STUDY MATERIAL =>
──────────

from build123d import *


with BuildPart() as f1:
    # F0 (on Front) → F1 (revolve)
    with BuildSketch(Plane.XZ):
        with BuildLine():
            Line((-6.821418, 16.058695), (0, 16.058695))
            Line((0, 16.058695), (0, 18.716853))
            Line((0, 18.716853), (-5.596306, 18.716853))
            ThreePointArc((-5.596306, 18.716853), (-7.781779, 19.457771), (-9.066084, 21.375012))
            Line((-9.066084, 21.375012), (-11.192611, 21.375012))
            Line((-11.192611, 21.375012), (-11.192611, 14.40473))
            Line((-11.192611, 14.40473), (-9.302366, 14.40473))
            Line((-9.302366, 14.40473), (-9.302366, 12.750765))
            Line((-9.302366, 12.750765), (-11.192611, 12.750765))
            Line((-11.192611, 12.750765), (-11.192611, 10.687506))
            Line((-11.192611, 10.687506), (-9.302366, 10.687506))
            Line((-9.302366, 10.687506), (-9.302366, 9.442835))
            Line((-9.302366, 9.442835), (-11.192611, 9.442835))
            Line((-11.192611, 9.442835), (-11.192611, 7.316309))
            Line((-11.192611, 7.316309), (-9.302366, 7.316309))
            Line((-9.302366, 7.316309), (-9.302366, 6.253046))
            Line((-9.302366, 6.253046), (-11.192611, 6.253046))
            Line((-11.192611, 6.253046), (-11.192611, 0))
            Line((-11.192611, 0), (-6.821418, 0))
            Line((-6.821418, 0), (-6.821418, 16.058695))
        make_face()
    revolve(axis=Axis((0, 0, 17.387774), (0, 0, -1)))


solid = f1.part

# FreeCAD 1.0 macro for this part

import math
import FreeCAD as App
import Part
import Sketcher
from FreeCAD import Vector

doc = App.newDocument("Part")
body = doc.addObject("PartDesign::Body", "Body")

# Sketch on XZ plane
sketch1 = doc.addObject("Sketcher::SketchObject", "Sketch")
body.addObject(sketch1)
sketch1.AttachmentSupport = (doc.XZ_Plane, [""])
sketch1.MapMode = "FlatFace"
sketch1.addGeometry([
    Part.LineSegment(Vector(-6.821418, 16.058695, 0), Vector(0, 16.058695, 0)),  # 0
    Part.LineSegment(Vector(0, 16.058695, 0), Vector(0, 18.716853, 0)),  # 1
    Part.LineSegment(Vector(0, 18.716853, 0), Vector(-5.596306, 18.716853, 0)),  # 2
    Part.ArcOfCircle(Part.Circle(Vector(-5.596306, 22.310537, 0), Vector(0, 0, 1), 3.593684), math.radians(-164.910668), math.radians(-89.999994)),  # 3
    Part.LineSegment(Vector(-9.066084, 21.375012, 0), Vector(-11.192611, 21.375012, 0)),  # 4
    Part.LineSegment(Vector(-11.192611, 21.375012, 0), Vector(-11.192611, 14.40473, 0)),  # 5
    Part.LineSegment(Vector(-11.192611, 14.40473, 0), Vector(-9.302366, 14.40473, 0)),  # 6
    Part.LineSegment(Vector(-9.302366, 14.40473, 0), Vector(-9.302366, 12.750765, 0)),  # 7
    Part.LineSegment(Vector(-9.302366, 12.750765, 0), Vector(-11.192611, 12.750765, 0)),  # 8
    Part.LineSegment(Vector(-11.192611, 12.750765, 0), Vector(-11.192611, 10.687506, 0)),  # 9
    Part.LineSegment(Vector(-11.192611, 10.687506, 0), Vector(-9.302366, 10.687506, 0)),  # 10
    Part.LineSegment(Vector(-9.302366, 10.687506, 0), Vector(-9.302366, 9.442835, 0)),  # 11
    Part.LineSegment(Vector(-9.302366, 9.442835, 0), Vector(-11.192611, 9.442835, 0)),  # 12
    Part.LineSegment(Vector(-11.192611, 9.442835, 0), Vector(-11.192611, 7.316309, 0)),  # 13
    Part.LineSegment(Vector(-11.192611, 7.316309, 0), Vector(-9.302366, 7.316309, 0)),  # 14
    Part.LineSegment(Vector(-9.302366, 7.316309, 0), Vector(-9.302366, 6.253046, 0)),  # 15
    Part.LineSegment(Vector(-9.302366, 6.253046, 0), Vector(-11.192611, 6.253046, 0)),  # 16
    Part.LineSegment(Vector(-11.192611, 6.253046, 0), Vector(-11.192611, 0, 0)),  # 17
    Part.LineSegment(Vector(-11.192611, 0, 0), Vector(-6.821418, 0, 0)),  # 18
    Part.LineSegment(Vector(-6.821418, 0, 0), Vector(-6.821418, 16.058695, 0)),  # 19
], False)
sketch1.addConstraint([
    Sketcher.Constraint("Coincident", 0, 2, 1, 1),
    Sketcher.Constraint("Coincident", 1, 2, 2, 1),
    Sketcher.Constraint("Tangent", 2, 2, 3, 2),
    Sketcher.Constraint("Coincident", 3, 1, 4, 1),
    Sketcher.Constraint("Coincident", 4, 2, 5, 1),
    Sketcher.Constraint("Coincident", 5, 2, 6, 1),
    Sketcher.Constraint("Coincident", 6, 2, 7, 1),
    Sketcher.Constraint("Coincident", 7, 2, 8, 1),
    Sketcher.Constraint("Coincident", 8, 2, 9, 1),
    Sketcher.Constraint("Coincident", 9, 2, 10, 1),
    Sketcher.Constraint("Coincident", 10, 2, 11, 1),
    Sketcher.Constraint("Coincident", 11, 2, 12, 1),
    Sketcher.Constraint("Coincident", 12, 2, 13, 1),
    Sketcher.Constraint("Coincident", 13, 2, 14, 1),
    Sketcher.Constraint("Coincident", 14, 2, 15, 1),
    Sketcher.Constraint("Coincident", 15, 2, 16, 1),
    Sketcher.Constraint("Coincident", 16, 2, 17, 1),
    Sketcher.Constraint("Coincident", 17, 2, 18, 1),
    Sketcher.Constraint("Coincident", 18, 2, 19, 1),
    Sketcher.Constraint("Coincident", 19, 2, 0, 1),
    Sketcher.Constraint("Horizontal", 0),
    Sketcher.Constraint("Vertical", 1),
    Sketcher.Constraint("Horizontal", 2),
    Sketcher.Constraint("Horizontal", 4),
    Sketcher.Constraint("Vertical", 5),
    Sketcher.Constraint("Horizontal", 6),
    Sketcher.Constraint("Vertical", 7),
    Sketcher.Constraint("Horizontal", 8),
    Sketcher.Constraint("Vertical", 9),
    Sketcher.Constraint("Horizontal", 10),
    Sketcher.Constraint("Vertical", 11),
    Sketcher.Constraint("Horizontal", 12),
    Sketcher.Constraint("Vertical", 13),
    Sketcher.Constraint("Horizontal", 14),
    Sketcher.Constraint("Vertical", 15),
    Sketcher.Constraint("Horizontal", 16),
    Sketcher.Constraint("Vertical", 17),
    Sketcher.Constraint("Horizontal", 18),
    Sketcher.Constraint("Vertical", 19),
    Sketcher.Constraint("PointOnObject", 0, 2, -2),
    Sketcher.Constraint("PointOnObject", 17, 2, -1),
    Sketcher.Constraint("Vertical", 5, 2, 8, 2),
    Sketcher.Constraint("Vertical", 7, 2, 10, 2),
    Sketcher.Constraint("Vertical", 9, 2, 12, 2),
    Sketcher.Constraint("Vertical", 11, 2, 14, 2),
    Sketcher.Constraint("Vertical", 13, 2, 16, 2),
    Sketcher.Constraint("Equal", 4, 13),
    Sketcher.Constraint("Radius", 3, 3.593684),
    Sketcher.Constraint("DistanceX", 0, 1, 0, 2, 6.821418),
    Sketcher.Constraint("DistanceY", 1, 1, 1, 2, 2.658158),
    Sketcher.Constraint("DistanceY", 9, 2, 9, 1, 2.063259),
    Sketcher.Constraint("DistanceY", 11, 2, 11, 1, 1.244671),
    Sketcher.Constraint("DistanceX", 2, 2, 2, 1, 5.596306),
    Sketcher.Constraint("DistanceX", 4, 2, 4, 1, 2.126527),
    Sketcher.Constraint("DistanceX", 6, 1, 6, 2, 1.890245),
    Sketcher.Constraint("DistanceX", 18, 1, 18, 2, 4.371193),
    Sketcher.Constraint("DistanceY", 5, 2, 5, 1, 6.970282),
    Sketcher.Constraint("DistanceY", 7, 2, 7, 1, 1.653965),
    Sketcher.Constraint("DistanceY", 15, 2, 15, 1, 1.063263),
    Sketcher.Constraint("DistanceY", 17, 2, 17, 1, 6.253046),
])
revolution = doc.addObject("PartDesign::Revolution", "Revolution")
body.addObject(revolution)
revolution.Profile = sketch1
revolution.ReferenceAxis = (sketch1, ["V_Axis"])
revolution.Angle = 360

doc.recompute()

──────────

EXERCISE PROMPT =>
When you reach the line with "Line((-6.821418, 0), (-6.821418, 16.058695))" in the records above, start writing out lines exactly, and stop once the line with "# FreeCAD 1.0 macro for this part" has been written; include nothing else.

WRITTEN REPLY =>
            Line((-6.821418, 0), (-6.821418, 16.058695))
        make_face()
    revolve(axis=Axis((0, 0, 17.387774), (0, 0, -1)))


solid = f1.part

# FreeCAD 1.0 macro for this part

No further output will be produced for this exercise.